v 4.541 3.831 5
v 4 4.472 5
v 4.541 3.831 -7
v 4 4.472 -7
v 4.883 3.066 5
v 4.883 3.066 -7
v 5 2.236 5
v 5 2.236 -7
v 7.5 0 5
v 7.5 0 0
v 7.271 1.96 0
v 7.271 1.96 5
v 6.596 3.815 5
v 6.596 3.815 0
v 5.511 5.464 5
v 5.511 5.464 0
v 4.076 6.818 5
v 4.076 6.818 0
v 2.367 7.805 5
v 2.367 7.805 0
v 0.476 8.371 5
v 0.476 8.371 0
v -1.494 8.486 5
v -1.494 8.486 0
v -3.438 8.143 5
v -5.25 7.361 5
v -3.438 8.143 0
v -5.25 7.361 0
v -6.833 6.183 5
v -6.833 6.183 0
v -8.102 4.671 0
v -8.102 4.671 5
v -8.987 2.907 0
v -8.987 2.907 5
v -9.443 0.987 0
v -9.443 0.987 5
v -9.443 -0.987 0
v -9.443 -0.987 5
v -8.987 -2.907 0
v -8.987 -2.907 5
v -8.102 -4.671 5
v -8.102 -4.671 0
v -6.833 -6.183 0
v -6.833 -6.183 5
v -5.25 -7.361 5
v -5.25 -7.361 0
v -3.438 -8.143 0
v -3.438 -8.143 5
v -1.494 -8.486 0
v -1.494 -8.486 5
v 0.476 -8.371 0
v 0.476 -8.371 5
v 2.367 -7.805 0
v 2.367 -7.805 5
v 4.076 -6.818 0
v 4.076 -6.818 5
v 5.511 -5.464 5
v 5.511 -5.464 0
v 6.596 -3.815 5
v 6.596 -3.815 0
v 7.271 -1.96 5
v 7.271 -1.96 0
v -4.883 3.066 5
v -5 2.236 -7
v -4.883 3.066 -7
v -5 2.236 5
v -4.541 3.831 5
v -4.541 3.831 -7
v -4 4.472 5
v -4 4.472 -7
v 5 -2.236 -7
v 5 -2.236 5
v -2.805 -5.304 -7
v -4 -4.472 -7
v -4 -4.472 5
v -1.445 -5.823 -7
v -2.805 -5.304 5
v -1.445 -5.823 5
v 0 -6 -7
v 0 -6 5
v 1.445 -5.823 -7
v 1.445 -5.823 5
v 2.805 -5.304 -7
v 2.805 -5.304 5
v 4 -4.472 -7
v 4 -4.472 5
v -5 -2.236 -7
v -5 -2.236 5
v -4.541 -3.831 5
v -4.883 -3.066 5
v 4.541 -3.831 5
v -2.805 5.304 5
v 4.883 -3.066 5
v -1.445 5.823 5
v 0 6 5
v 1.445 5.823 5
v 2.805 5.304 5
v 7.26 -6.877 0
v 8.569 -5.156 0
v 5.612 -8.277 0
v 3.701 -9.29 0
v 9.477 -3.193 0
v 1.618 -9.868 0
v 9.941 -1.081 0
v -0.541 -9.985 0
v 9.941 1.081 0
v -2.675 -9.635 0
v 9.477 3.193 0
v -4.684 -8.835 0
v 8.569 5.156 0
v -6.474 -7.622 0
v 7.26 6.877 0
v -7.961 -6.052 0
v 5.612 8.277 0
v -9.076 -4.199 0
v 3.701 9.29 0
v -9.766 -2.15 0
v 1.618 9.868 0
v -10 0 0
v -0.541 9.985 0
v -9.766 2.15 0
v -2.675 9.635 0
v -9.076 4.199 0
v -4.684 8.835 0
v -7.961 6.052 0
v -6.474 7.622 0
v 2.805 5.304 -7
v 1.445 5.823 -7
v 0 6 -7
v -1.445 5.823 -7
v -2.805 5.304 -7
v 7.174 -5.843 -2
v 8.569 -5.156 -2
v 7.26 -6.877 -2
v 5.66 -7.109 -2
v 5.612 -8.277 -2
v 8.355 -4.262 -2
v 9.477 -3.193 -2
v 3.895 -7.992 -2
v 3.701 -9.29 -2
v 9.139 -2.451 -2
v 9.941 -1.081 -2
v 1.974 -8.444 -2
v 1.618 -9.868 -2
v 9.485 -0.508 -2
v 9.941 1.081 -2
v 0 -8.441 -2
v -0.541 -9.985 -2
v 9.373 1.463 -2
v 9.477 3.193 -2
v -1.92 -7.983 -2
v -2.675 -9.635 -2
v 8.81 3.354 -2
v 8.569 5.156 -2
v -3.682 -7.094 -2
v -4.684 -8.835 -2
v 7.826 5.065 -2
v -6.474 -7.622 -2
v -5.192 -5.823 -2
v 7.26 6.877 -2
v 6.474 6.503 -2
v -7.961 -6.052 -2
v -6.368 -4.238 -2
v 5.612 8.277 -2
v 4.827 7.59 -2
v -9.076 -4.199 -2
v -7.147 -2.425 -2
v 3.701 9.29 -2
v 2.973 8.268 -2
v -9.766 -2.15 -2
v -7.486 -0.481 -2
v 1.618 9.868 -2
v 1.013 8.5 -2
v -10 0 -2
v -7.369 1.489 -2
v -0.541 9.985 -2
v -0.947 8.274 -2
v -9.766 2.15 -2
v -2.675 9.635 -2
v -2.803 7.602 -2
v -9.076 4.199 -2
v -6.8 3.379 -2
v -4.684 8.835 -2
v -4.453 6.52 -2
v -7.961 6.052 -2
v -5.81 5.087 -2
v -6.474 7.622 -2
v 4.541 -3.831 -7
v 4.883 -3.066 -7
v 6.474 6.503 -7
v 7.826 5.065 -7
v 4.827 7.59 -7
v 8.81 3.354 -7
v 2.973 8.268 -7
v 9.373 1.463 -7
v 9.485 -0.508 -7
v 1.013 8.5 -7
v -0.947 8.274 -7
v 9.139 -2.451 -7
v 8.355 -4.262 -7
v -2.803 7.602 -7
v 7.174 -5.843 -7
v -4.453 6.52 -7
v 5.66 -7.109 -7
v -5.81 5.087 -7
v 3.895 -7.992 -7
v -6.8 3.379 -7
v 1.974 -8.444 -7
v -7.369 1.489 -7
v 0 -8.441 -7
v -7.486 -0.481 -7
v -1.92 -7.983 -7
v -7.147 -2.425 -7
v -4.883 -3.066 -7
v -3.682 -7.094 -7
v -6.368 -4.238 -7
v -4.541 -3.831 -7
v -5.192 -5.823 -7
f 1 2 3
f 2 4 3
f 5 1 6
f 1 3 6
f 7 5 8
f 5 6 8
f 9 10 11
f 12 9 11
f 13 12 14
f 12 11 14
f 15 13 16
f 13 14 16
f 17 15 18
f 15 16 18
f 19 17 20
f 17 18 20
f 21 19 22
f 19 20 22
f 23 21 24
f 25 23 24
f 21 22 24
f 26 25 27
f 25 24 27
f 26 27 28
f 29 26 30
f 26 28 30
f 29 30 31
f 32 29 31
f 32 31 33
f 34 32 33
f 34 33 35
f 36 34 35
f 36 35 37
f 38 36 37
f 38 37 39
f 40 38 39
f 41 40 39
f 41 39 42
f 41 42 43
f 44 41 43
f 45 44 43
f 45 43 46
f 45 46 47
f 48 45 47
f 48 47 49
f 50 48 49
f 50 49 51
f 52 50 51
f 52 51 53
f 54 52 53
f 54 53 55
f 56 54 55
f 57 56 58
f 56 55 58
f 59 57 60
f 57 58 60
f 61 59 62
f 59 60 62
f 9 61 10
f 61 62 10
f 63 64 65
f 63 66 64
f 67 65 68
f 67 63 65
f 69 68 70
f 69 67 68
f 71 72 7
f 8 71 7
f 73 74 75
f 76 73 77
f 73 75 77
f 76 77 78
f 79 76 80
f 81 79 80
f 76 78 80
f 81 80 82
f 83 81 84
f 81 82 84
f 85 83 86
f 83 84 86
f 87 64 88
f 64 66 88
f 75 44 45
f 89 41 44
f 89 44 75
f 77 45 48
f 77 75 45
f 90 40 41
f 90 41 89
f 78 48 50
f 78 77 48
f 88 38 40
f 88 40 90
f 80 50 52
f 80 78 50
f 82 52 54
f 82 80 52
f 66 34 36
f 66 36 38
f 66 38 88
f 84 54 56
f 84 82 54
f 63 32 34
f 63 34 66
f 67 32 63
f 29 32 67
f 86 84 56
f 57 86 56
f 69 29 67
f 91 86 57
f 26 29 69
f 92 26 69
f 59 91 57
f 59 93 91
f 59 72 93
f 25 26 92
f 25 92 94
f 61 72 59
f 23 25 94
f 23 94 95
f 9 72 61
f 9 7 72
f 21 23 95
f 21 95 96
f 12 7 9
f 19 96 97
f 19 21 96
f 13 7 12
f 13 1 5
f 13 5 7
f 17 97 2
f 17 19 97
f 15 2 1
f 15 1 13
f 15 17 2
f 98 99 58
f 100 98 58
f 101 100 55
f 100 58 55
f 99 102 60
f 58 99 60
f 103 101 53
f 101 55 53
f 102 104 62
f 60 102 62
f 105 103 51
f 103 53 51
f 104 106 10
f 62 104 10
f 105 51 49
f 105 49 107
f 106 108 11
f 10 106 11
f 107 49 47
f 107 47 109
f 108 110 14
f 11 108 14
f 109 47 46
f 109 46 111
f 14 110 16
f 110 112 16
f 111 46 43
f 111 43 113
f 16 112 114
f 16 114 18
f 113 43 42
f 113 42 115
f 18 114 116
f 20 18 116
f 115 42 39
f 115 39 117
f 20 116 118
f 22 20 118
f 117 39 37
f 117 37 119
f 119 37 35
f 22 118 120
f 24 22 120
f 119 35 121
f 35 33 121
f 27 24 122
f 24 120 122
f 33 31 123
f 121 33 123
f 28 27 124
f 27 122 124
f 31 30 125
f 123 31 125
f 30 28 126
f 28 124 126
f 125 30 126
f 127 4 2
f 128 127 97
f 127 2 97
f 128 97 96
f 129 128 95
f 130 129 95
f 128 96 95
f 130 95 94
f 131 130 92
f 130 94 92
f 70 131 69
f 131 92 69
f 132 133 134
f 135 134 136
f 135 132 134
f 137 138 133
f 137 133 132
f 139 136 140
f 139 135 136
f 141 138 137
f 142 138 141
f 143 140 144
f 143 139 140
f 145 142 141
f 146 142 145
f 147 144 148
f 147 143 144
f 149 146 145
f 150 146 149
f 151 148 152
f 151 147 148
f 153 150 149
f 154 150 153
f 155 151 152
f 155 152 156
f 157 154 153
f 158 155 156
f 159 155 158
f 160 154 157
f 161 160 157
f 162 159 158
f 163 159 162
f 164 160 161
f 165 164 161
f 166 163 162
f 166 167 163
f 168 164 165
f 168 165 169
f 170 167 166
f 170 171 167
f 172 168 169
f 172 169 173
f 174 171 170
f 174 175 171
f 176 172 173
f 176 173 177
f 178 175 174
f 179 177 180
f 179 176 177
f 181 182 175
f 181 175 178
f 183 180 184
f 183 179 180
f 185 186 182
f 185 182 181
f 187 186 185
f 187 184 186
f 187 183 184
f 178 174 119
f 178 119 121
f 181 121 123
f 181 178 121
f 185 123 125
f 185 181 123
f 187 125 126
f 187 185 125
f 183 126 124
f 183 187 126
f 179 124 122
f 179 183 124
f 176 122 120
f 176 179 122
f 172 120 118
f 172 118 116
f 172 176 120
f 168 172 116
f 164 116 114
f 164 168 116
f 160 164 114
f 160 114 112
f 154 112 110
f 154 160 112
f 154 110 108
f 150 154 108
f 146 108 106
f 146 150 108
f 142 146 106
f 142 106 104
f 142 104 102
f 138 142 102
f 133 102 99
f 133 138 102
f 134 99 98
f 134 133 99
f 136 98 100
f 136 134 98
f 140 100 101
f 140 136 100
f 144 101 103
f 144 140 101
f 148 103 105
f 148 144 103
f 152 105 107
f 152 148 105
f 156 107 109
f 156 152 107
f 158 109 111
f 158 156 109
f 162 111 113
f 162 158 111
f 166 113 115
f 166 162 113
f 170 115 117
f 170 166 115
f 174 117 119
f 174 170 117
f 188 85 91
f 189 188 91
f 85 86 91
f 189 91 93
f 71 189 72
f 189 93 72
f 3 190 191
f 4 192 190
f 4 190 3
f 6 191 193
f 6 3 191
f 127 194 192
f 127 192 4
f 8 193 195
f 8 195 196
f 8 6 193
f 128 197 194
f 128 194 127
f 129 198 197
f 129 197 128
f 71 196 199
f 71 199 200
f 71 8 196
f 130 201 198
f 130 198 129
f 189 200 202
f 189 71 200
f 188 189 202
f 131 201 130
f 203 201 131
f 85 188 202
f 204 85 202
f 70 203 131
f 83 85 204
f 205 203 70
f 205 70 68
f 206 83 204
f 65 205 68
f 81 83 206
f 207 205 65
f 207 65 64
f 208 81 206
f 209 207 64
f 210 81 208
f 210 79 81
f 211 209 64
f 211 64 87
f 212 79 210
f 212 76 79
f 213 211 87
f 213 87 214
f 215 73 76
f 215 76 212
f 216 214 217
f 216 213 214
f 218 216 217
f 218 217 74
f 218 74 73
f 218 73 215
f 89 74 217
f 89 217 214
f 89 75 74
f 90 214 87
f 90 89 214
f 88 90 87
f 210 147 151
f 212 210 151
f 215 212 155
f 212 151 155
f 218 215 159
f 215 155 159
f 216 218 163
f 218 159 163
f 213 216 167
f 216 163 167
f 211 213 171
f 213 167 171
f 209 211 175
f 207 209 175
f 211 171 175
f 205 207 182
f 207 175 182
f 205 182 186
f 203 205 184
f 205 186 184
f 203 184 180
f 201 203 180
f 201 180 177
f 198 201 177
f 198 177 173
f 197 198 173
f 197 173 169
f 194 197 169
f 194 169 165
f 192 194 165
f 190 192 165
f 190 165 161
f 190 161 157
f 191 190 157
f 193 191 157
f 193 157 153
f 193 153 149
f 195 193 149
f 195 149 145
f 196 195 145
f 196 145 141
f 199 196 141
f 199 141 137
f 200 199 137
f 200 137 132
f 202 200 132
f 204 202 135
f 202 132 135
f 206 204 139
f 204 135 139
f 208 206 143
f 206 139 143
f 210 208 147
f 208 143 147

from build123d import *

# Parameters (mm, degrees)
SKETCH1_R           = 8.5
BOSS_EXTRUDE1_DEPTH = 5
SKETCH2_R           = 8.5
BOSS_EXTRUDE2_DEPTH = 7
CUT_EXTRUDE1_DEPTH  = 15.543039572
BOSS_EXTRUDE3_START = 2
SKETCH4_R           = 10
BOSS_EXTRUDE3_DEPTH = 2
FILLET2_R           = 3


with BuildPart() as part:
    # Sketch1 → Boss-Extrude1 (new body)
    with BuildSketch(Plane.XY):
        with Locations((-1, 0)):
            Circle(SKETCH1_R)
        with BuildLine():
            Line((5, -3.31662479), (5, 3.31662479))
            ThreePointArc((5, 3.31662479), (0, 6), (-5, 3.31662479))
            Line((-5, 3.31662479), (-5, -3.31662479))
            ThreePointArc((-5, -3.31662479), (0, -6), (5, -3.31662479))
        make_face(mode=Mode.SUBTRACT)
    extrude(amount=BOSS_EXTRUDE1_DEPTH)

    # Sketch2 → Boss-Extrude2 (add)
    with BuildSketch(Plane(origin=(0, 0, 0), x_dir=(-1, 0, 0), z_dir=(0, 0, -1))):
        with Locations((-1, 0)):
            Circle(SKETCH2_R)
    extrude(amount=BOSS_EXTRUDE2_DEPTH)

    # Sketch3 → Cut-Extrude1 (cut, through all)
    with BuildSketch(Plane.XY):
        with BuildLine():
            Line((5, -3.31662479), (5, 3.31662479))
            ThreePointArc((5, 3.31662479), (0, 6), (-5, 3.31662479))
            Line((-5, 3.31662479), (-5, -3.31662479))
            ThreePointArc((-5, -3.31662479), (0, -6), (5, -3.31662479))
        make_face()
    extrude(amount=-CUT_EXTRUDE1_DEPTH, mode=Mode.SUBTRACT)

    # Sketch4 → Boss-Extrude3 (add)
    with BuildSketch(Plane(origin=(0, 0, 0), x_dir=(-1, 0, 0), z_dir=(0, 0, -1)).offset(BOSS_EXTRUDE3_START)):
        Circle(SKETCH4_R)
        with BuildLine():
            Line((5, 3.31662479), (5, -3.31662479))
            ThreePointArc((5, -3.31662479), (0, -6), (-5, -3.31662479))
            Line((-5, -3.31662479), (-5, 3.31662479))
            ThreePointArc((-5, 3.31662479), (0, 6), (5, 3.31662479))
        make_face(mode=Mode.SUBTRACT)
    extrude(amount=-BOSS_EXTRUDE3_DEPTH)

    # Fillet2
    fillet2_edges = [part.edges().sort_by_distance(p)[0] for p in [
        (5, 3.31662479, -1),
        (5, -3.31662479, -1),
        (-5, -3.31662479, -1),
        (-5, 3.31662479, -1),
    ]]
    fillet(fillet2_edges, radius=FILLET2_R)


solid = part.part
-------------------------
What the exercise asks - Set down exactly the lines of the data above, beginning with the line that has "f 192 194 165" and ending with the line that has "f 208 143 147", and no others.

Result of the task -
f 192 194 165
f 190 192 165
f 190 165 161
f 190 161 157
f 191 190 157
f 193 191 157
f 193 157 153
f 193 153 149
f 195 193 149
f 195 149 145
f 196 195 145
f 196 145 141
f 199 196 141
f 199 141 137
f 200 199 137
f 200 137 132
f 202 200 132
f 204 202 135
f 202 132 135
f 206 204 139
f 204 135 139
f 208 206 143
f 206 139 143
f 210 208 147
f 208 143 147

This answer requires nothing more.